### INSTRUCTIONS FOR THE TASK
Your answer should repeat every line of the records below in which the word "Locations" appears.

### INFORMATION PROVIDED
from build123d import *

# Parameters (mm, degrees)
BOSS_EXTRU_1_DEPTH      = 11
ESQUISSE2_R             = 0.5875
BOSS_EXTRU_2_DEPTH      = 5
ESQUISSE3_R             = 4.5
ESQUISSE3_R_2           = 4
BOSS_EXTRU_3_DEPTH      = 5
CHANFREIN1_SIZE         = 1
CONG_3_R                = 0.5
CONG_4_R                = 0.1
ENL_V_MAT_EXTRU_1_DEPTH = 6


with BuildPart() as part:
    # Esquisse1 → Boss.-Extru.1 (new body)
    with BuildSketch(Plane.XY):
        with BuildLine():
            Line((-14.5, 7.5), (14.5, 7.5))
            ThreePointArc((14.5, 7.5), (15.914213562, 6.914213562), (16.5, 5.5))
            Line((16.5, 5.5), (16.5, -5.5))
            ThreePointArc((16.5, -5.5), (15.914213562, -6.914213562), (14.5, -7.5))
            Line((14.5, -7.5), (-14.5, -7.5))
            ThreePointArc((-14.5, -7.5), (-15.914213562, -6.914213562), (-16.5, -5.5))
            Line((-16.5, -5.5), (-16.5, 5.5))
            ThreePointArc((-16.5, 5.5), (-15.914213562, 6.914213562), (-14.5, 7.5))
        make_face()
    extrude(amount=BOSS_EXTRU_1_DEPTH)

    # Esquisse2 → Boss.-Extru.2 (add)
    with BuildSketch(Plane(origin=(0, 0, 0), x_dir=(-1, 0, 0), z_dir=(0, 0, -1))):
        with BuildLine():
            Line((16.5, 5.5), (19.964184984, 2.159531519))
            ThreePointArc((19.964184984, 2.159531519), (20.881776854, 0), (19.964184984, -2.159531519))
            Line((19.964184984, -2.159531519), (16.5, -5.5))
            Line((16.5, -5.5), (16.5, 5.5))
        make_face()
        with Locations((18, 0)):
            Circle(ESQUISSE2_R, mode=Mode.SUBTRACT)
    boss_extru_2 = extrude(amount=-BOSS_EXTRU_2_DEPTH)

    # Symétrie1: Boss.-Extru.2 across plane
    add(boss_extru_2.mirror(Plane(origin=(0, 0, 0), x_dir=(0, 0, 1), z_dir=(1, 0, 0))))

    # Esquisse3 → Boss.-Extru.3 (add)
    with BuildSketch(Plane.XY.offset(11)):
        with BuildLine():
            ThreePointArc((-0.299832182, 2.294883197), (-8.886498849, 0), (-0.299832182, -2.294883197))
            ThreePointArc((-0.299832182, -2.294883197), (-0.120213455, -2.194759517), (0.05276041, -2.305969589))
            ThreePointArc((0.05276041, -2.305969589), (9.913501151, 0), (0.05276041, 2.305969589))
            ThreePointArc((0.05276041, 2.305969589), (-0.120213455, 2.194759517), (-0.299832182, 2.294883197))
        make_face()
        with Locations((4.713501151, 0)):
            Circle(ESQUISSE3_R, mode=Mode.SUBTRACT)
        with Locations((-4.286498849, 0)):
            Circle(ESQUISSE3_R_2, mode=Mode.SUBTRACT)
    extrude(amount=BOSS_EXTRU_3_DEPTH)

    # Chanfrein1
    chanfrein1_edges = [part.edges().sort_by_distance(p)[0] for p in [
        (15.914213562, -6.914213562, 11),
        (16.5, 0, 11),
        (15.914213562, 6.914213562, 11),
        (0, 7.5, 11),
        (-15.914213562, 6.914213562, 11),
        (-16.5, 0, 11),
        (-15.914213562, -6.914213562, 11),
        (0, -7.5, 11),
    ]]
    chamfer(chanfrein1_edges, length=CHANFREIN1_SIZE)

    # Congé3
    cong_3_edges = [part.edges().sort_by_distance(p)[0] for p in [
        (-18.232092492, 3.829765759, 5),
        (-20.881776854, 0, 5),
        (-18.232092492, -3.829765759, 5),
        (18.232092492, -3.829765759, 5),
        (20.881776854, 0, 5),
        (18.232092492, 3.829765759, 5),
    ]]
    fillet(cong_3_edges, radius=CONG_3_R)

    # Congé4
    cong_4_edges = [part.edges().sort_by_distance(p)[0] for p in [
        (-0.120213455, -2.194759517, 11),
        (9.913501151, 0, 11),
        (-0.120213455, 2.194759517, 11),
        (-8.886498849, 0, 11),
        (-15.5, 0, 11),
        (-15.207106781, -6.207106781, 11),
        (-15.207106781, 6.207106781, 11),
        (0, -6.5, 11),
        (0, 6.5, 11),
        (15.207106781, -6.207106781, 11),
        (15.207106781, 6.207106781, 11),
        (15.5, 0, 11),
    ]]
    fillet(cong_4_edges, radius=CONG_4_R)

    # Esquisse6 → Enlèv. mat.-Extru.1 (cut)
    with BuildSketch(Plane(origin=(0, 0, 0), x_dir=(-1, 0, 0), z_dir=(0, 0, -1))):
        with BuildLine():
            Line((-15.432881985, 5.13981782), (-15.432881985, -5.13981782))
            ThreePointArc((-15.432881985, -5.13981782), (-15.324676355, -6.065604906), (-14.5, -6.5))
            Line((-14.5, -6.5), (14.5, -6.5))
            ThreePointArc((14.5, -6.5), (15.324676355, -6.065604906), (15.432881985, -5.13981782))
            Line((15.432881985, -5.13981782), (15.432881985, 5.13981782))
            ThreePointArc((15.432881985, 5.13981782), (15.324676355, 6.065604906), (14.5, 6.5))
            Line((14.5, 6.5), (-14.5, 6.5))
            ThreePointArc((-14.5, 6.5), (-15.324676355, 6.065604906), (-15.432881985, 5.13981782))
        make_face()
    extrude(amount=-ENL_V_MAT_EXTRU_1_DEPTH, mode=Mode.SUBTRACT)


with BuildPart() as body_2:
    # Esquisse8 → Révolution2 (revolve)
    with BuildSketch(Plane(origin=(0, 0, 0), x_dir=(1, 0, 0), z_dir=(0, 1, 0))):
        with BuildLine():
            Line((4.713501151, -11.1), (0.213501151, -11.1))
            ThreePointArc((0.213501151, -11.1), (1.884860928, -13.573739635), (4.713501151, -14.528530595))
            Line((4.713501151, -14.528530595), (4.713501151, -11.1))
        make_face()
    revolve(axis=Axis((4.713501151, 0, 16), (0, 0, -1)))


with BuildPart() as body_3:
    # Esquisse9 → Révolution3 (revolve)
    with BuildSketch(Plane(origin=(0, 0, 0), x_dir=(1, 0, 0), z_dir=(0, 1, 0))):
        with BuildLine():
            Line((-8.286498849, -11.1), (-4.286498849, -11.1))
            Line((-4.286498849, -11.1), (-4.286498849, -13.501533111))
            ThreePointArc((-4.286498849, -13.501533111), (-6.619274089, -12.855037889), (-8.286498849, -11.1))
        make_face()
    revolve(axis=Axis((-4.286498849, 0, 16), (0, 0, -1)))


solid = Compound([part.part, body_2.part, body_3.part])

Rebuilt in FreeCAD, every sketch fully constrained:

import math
import FreeCAD as App
import Part
import Sketcher

V = App.Vector


def edges_at(feature, points):
    """Names of the edges that pass closest to the given points."""
    edges = feature.Shape.Edges
    near = lambda p: min(range(len(edges)), key=lambda i: edges[i].distToShape(Part.Vertex(*p))[0])
    return sorted({f"Edge{near(p) + 1}" for p in points})

doc = App.newDocument("Part")
body = doc.addObject("PartDesign::Body", "Body")

sketch1 = doc.addObject("Sketcher::SketchObject", "Sketch")
body.addObject(sketch1)
sketch1.AttachmentSupport = (doc.XY_Plane, [""])
sketch1.MapMode = "FlatFace"
sketch1.addGeometry([
    Part.LineSegment(V(14.5, 7.5, 0), V(-14.5, 7.5, 0)),
    Part.ArcOfCircle(Part.Circle(V(-14.5, 5.5, 0), V(0, 0, 1), 2), math.radians(90), math.radians(180)),
    Part.LineSegment(V(-16.5, 5.5, 0), V(-16.5, -5.5, 0)),
    Part.ArcOfCircle(Part.Circle(V(-14.5, -5.5, 0), V(0, 0, 1), 2), math.radians(-180), math.radians(-90)),
    Part.LineSegment(V(-14.5, -7.5, 0), V(14.5, -7.5, 0)),
    Part.ArcOfCircle(Part.Circle(V(14.5, -5.5, 0), V(0, 0, 1), 2), math.radians(-90), math.radians(0)),
    Part.LineSegment(V(16.5, -5.5, 0), V(16.5, 5.5, 0)),
    Part.ArcOfCircle(Part.Circle(V(14.5, 5.5, 0), V(0, 0, 1), 2), math.radians(0), math.radians(90)),
], False)
sketch1.addConstraint([
    Sketcher.Constraint("Tangent", 0, 2, 1, 1),
    Sketcher.Constraint("Tangent", 1, 2, 2, 1),
    Sketcher.Constraint("Tangent", 2, 2, 3, 1),
    Sketcher.Constraint("Tangent", 3, 2, 4, 1),
    Sketcher.Constraint("Tangent", 4, 2, 5, 1),
    Sketcher.Constraint("Tangent", 5, 2, 6, 1),
    Sketcher.Constraint("Tangent", 6, 2, 7, 1),
    Sketcher.Constraint("Tangent", 7, 2, 0, 1),
    Sketcher.Constraint("Horizontal", 0),
    Sketcher.Constraint("Vertical", 2),
    Sketcher.Constraint("Horizontal", 4),
    Sketcher.Constraint("Vertical", 6),
    Sketcher.Constraint("Equal", 1, 3),
    Sketcher.Constraint("Equal", 3, 5),
    Sketcher.Constraint("Equal", 5, 7),
    Sketcher.Constraint("Symmetric", 1, 3, 5, 3, -1, 1),
    Sketcher.Constraint("Radius", 1, 2.0),
    Sketcher.Constraint("DistanceX", 0, 2, 0, 1, 29.0),
    Sketcher.Constraint("DistanceY", 2, 2, 2, 1, 11.0),
])
pad1 = doc.addObject("PartDesign::Pad", "Pad")
body.addObject(pad1)
pad1.Profile = sketch1
pad1.Length = 11

sketch2 = doc.addObject("Sketcher::SketchObject", "Sketch001")
body.addObject(sketch2)
sketch2.AttachmentSupport = (doc.XY_Plane, [""])
sketch2.MapMode = "FlatFace"
sketch2.addGeometry([
    Part.LineSegment(V(-20, 2.2, 0), V(-16.5, 5.5, 0)),
    Part.LineSegment(V(-16.5, 5.5, 0), V(-16.5, -5.5, 0)),
    Part.LineSegment(V(-16.5, -5.5, 0), V(-20, -2.2, 0)),
    Part.ArcOfCircle(Part.Circle(V(-17.9, 0, 0), V(0, 0, 1), 3), math.radians(134), math.radians(226)),
    Part.Circle(V(-18, 0, 0), V(0, 0, 1), 0.6),
], False)
sketch2.addConstraint([
    Sketcher.Constraint("Coincident", 0, 2, 1, 1),
    Sketcher.Constraint("Coincident", 1, 2, 2, 1),
    Sketcher.Constraint("Tangent", 2, 2, 3, 2),
    Sketcher.Constraint("Tangent", 3, 1, 0, 1),
    Sketcher.Constraint("Vertical", 1),
    Sketcher.Constraint("Symmetric", 2, 2, 3, 1, -1),
    Sketcher.Constraint("PointOnObject", 4, 3, -1),
    Sketcher.Constraint("Radius", 3, 3.0),
    Sketcher.Constraint("DistanceY", 1, 2, 1, 1, 11.0),
    Sketcher.Constraint("Diameter", 4, 1.175),
    Sketcher.Constraint("DistanceX", 4, 3, -1, 1, 18.0),
    Sketcher.Constraint("DistanceX", 0, 2, -1, 1, 16.5),
    Sketcher.Constraint("Distance", 0, 4.812412),
])
pad2 = doc.addObject("PartDesign::Pad", "Pad001")
body.addObject(pad2)
pad2.Profile = sketch2
pad2.Length = 5
doc.recompute()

### PROBLEM SOLUTION
        with Locations((18, 0)):
        with Locations((4.713501151, 0)):
        with Locations((-4.286498849, 0)):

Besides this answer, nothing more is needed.